今週、グーグルに新たに特許が付与された。この特許は、ウェブサイトの一連のサンプルに対する人間による評価、そして、当該のサイトからのウェブサイトのシグナルを基に、ウェブサイトに対して、品質の評価が与えられる仕組みを描写している。

当該の特許は、このアプローチには次のようなメリットが存在すると指摘している:

  • 検索エンジンに対する満足度を高める
  • 質の評価が一定の基準よりも高いサイトを返す
  • 品質を基に検索結果に表示されるサイトのランク付けを行う
  • ユーザーが先にサイトを閲覧することなく、質の高いサイトを特定することが出来る

この特許の申請は2008年に行われた。質のシグナルの利用に関しては、パンダアップデートにおいてグーグルが実施した取り組みに類似する。ウェブスパムのペナルティと言うよりも、検索の品質の“改善”を意識したアップデートであった。

この特許は、請求および記述のセクションで、適応されるサイトのタイプとしてブログを挙げている。ブログ検索のランキングシグナルについての討論が行われたSMX セッションを参考にすると、発明者の一人、クリストファー C. ペノック氏は、グーグルブログ検索のシニアソフトウェアエンジニアであったようだ。

このアプローチでは、サイトのページ(全てのページ)の質を人間のユーザーの評価者に評価させ、1-5のスコアを与え(5が最高)、そして、サイト全体のスコアを集める手法が採用されている。そして、この評価は、次のようなウェブサイトの要素によって加算される:

  • サイトの主張や情報のオリジナリティ
  • オリジナルのコンテンツとコピーしたコンテンツの量
  • ウェブページ上のグラマーおよびスペリングの精度
  • 不愉快なコンテンツや不適切なコンテンツが提示されているか
  • ウェブサイトに空白、または、不完全なページが存在するか
  • サイトの品質に影響を与えるその他の要素

上述したシグナルは、2011年5月に投稿されたグーグルのウェブマスターセントラルブログの記事、「良質なサイトを作るためのアドバイス」で挙げられていたシグナルによく似ている。この記事は、「グーグルが質の高いサイトを探し仕組み」を – グーグルのスタッフが“サイトの品質を評価するアルゴリズムを作成する”際に問いかけるであろう23の疑問を提示することで説明している。

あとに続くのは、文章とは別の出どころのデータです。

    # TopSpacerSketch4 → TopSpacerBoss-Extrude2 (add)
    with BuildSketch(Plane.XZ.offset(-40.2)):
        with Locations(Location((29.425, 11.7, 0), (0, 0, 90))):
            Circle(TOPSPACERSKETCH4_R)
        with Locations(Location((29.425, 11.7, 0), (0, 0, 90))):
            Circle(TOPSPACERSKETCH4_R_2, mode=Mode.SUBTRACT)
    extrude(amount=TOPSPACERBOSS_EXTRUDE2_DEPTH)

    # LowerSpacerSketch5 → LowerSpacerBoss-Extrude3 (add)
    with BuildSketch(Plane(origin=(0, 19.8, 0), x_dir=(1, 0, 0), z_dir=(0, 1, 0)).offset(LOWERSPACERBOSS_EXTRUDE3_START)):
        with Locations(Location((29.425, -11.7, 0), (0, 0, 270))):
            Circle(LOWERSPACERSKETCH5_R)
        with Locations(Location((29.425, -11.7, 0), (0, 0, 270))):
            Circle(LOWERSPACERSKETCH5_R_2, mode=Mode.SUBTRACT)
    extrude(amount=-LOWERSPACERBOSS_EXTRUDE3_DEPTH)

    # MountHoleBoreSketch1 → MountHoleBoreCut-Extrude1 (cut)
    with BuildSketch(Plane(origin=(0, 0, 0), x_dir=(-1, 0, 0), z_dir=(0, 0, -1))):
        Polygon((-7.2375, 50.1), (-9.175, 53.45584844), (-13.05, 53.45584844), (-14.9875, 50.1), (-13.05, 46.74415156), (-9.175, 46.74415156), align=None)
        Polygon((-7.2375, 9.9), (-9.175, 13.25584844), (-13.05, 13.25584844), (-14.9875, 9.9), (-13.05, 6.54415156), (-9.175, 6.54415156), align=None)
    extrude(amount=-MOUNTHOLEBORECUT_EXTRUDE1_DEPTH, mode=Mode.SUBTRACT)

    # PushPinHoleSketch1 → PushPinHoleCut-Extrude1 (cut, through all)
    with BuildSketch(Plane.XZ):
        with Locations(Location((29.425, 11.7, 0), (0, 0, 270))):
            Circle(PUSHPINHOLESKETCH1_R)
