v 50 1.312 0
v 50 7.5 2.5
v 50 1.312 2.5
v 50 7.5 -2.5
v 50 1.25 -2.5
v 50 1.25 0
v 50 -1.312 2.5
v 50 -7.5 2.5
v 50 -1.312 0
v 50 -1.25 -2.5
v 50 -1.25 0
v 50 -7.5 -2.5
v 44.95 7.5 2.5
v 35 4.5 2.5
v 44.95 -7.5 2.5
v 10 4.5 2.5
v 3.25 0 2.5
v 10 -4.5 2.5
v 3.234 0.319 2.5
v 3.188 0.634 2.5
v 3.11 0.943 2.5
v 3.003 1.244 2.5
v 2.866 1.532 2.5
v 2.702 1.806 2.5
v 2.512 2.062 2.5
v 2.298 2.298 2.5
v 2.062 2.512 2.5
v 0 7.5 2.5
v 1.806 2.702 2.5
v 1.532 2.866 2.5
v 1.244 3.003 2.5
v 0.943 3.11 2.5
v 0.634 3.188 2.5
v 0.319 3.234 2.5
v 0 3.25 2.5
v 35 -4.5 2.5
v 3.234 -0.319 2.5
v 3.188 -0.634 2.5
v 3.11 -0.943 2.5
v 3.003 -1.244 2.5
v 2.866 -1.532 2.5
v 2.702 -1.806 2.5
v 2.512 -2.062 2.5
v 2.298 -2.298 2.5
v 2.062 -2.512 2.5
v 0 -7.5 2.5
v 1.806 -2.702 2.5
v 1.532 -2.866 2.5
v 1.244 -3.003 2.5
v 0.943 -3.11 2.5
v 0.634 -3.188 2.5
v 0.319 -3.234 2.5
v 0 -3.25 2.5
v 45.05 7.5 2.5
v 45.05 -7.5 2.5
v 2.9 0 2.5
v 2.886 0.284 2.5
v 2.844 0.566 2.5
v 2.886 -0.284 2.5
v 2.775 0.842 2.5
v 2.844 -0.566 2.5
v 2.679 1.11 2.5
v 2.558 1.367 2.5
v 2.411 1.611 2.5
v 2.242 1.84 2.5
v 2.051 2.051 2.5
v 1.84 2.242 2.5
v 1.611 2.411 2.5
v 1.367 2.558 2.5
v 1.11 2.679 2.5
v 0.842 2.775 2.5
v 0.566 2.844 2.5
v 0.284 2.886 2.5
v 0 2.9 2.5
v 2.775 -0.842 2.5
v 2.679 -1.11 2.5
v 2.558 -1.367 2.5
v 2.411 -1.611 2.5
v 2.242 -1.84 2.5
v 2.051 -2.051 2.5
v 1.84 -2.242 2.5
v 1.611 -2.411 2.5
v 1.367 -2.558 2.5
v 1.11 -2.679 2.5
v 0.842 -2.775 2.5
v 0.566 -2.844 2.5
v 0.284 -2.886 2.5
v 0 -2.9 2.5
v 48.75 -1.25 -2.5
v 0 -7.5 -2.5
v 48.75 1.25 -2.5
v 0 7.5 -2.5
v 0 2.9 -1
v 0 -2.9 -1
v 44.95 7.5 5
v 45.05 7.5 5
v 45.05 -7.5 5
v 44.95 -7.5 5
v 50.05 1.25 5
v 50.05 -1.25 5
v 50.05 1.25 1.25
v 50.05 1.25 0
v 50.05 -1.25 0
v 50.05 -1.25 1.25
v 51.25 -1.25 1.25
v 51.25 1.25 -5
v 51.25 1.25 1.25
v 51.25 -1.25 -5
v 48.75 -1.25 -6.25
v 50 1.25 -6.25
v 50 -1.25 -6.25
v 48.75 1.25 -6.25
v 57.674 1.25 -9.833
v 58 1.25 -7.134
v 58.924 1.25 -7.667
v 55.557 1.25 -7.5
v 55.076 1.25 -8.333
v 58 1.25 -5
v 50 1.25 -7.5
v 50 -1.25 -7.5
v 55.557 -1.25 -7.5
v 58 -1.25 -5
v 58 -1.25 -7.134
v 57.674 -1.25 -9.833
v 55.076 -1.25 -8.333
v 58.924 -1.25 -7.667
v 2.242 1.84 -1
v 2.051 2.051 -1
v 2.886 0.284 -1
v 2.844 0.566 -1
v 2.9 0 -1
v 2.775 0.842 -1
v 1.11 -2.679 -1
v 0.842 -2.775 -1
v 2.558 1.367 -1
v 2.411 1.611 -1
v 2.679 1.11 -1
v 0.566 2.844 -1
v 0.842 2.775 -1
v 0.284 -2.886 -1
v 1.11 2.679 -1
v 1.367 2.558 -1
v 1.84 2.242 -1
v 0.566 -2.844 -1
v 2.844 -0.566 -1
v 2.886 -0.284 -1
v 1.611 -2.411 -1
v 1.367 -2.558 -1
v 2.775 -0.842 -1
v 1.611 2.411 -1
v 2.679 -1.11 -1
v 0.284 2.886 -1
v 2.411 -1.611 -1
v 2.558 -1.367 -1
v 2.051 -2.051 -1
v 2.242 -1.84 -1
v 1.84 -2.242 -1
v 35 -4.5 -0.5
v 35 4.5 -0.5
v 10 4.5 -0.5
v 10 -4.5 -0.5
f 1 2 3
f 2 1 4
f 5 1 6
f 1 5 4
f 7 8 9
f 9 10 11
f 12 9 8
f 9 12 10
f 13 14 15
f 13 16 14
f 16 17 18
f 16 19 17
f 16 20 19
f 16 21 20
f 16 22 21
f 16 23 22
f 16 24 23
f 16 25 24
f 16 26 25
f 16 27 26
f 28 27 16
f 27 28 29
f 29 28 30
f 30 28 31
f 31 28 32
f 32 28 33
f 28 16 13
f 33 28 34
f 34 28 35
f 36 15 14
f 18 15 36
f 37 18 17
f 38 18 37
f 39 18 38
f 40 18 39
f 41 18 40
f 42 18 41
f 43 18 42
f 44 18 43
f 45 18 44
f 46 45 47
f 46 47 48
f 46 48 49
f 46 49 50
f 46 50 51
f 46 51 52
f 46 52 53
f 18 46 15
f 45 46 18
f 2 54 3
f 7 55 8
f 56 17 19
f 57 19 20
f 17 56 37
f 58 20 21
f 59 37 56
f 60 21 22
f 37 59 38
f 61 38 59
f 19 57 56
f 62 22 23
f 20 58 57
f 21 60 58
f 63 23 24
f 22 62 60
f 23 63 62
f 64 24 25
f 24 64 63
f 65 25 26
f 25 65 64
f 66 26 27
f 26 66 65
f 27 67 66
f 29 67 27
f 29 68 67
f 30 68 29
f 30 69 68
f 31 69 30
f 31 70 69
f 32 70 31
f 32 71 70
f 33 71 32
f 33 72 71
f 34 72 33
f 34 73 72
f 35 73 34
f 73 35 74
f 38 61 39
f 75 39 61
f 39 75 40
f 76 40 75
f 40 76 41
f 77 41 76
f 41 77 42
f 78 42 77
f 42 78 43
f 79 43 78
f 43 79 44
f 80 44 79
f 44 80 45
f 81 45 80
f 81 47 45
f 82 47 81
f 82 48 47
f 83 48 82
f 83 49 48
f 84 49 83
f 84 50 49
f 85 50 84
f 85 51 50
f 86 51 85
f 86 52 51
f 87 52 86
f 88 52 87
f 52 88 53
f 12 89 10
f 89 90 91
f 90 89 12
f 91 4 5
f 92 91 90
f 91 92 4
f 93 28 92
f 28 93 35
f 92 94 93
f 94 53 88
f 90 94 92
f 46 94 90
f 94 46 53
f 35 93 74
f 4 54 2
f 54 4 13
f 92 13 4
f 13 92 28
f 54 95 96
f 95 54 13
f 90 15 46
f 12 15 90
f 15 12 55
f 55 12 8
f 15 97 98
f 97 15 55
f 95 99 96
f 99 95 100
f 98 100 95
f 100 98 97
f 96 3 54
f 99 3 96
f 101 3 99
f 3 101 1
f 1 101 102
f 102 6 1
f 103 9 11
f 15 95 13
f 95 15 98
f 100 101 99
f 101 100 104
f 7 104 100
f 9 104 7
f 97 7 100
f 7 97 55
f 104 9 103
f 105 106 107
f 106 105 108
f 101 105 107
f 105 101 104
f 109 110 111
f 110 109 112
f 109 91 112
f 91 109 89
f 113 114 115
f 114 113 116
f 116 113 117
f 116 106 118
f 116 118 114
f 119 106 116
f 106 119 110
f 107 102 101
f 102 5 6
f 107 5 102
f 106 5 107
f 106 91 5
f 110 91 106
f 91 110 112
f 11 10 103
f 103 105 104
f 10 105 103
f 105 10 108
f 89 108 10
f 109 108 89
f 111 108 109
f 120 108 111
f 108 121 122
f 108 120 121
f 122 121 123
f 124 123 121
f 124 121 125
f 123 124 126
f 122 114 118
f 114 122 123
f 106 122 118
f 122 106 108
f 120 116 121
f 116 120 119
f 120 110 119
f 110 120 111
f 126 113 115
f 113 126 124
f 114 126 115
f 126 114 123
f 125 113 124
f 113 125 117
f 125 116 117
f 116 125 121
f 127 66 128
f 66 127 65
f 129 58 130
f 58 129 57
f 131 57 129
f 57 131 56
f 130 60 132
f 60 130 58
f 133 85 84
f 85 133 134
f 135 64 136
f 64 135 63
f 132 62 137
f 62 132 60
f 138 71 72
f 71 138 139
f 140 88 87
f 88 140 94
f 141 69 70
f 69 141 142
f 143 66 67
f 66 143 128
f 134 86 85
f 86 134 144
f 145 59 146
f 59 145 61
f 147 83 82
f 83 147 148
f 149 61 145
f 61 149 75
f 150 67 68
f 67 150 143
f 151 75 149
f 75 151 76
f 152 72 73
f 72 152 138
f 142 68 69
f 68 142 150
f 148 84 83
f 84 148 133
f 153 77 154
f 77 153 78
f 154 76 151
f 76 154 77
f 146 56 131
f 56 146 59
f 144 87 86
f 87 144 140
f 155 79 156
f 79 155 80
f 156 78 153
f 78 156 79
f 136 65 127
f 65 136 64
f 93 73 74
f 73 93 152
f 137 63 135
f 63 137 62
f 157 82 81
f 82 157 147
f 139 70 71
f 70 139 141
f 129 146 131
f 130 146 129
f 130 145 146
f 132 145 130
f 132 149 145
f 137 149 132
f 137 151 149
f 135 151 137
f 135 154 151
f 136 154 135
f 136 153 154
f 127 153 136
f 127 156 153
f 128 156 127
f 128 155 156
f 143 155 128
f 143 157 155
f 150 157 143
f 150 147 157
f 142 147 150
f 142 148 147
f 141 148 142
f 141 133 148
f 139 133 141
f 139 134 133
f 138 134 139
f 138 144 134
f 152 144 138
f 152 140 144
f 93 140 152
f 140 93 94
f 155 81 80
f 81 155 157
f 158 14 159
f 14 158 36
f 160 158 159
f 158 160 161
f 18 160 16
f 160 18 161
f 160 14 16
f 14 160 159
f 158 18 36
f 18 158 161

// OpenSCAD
// 挂钩舵机钩子 — MG996R 直驱
// OpenSCAD 打开此文件 → F6 渲染 → Export STL
// 单位: mm

/* ===== 可调参数 ===== */
HOOK_LENGTH    = 50;    // 钩身总长 (舵机轴心→钩尖)
HOOK_WIDTH     = 15;    // 钩身宽度
HOOK_THICK     = 5;     // 钩身厚度 (平放打印)
TIP_DROP       = 10;    // 钩头下探 (Z轴高低差)
TIP_WIDTH      = 2.5;   // 钩尖宽度 (适配3~4mm从车槽口)
TIP_LENGTH     = 8;     // 钩尖长度 (伸入槽口部分)
CURVE_R        = 5;     // 过渡圆弧半径
SHAFT_DIAM     = 5.8;   // 中心孔径 (略小于舵机轴6mm, 压入咬紧)
SCREW_DIAM     = 3.2;   // M3沉头螺丝孔
SCREW_HEAD_DIAM = 6.5;  // M3沉头直径
SCREW_HEAD_DEPTH = 2.5; // M3沉头深度
$fn            = 64;    // 圆弧精度

/* ===== 主模型 ===== */
module hook() {
    difference() {
        union() {
            // —— 钩身平板 ——
            // 舵机轴心在原点，钩子沿 +X 方向伸出
            translate([HOOK_LENGTH/2, 0, 0])
                cube([HOOK_LENGTH, HOOK_WIDTH, HOOK_THICK], center=true);

            // —— 弧形过渡 (宽度渐变: 15→2.5) ——
            // 用 hull() 连接钩身末端和钩尖起点的椭圆截面
            hull() {
                // 钩身末端 (宽15, 厚5)
                translate([HOOK_LENGTH - CURVE_R, 0, HOOK_THICK/2])
                    cube([0.1, HOOK_WIDTH, HOOK_THICK], center=true);
                // 钩尖起点 (宽2.5, 厚5, 下探开始)
                translate([HOOK_LENGTH, 0, HOOK_THICK/2])
                    cube([0.1, TIP_WIDTH, HOOK_THICK], center=true);
            }

            // —— 钩尖下探 (垂直柱) ——
            translate([HOOK_LENGTH, 0, -TIP_DROP/2 + HOOK_THICK/2])
                cube([TIP_WIDTH, TIP_WIDTH, TIP_DROP - HOOK_THICK/2], center=true);

            // —— 钩尖水平段 (伸入槽口的部分) ——
            translate([HOOK_LENGTH + TIP_LENGTH/2, 0, -TIP_DROP + HOOK_THICK/2 + TIP_WIDTH/2])
                cube([TIP_LENGTH, TIP_WIDTH, TIP_WIDTH], center=true);

            // —— 钩尖回钩 (防滑脱的小倒钩) ——
            translate([HOOK_LENGTH + TIP_LENGTH - 1, 0, -TIP_DROP + HOOK_THICK/2 - 0.5])
                rotate([0, 30, 0])
                    cube([3, TIP_WIDTH, TIP_WIDTH], center=true);
        }

        // —— 中心孔 (舵机轴 φ5.8mm) ——
        translate([0, 0, -1])
            cylinder(d=SHAFT_DIAM, h=HOOK_THICK + 2);

        // —— M3 沉头螺丝孔 (从上表面贯穿) ——
        translate([0, 0, HOOK_THICK - SCREW_HEAD_DEPTH])
            cylinder(d=SCREW_HEAD_DIAM, h=SCREW_HEAD_DEPTH + 0.1);
        translate([0, 0, -1])
            cylinder(d=SCREW_DIAM, h=HOOK_THICK + 2);

        // —— 减重槽 (可选, 勾身中间挖空) ——
        translate([HOOK_LENGTH * 0.45, 0, HOOK_THICK/2])
            cube([HOOK_LENGTH * 0.5, HOOK_WIDTH - 6, HOOK_THICK + 1], center=true);
    }
}

// 渲染
hook();

/* ===== 打印说明 =====
 * 摆放: 平放在热床上 (钩身水平, 钩尖朝上悬空)
 *       Z轴层纹垂直于钩身 → 强度最优
 * 支撑: 钩尖下探10mm悬空 → 必须开支撑 (树状支撑, 仅接触热床)
 * 材料: PLA 或 PETG (PETG韧性更好)
 * 填充: 100% (实心)
 * 壁厚: 至少3层 (0.4mm喷嘴 = 1.2mm壁厚)
 */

この特許は、グーグルのパンダアップデートのからくりを解説しているわけではないが、コンセプト自体は似ている。グーグルはブログの記事で次のように指摘している:

もちろん、Google が実際にアルゴリズムで使用しているランキング シグナルは公開できません。検索結果が操作されるような事態を防ぐためです。代わりに以下の項目をご覧頂くことで、Google がこの件をどうとらえているのか、ご理解頂けるのではないかと思います。

この特許(そして、その他の数多くの特許)において、グーグルの視点で、質の高いサイトを検索結果に表示する問題を見てもらう上で、これが最高のアプローチだと言えるだろう。それでは当該の特許を紹介する:

ウェブサイトの品質シグナルの生成
発明: クリストファー C. ペノック、ジェレミー・ハイルトン、コリーナ・コルテス
付与先: グーグル
米国特許番号: 8,442,984
付与日: 2013年5月14日
申請日: 2008年3月31日

概要

ウェブサイトの品質の評価を明らかにするシステムとメソッド。ウェブサイトの評価が行われ、評価およびウェブサイトのシグナルの関係が特定され、モデルが作られ、モデルを未評価のウェブサイトのウェブサイトのシグナルに適応することで、モデル化された評価が未評価のウェブサイトに割り当てられる。

その他の人間の評価者によるアクション

人間の評価者は、ページを確認する際、1-5のスコアを与える以外のアクションも行う。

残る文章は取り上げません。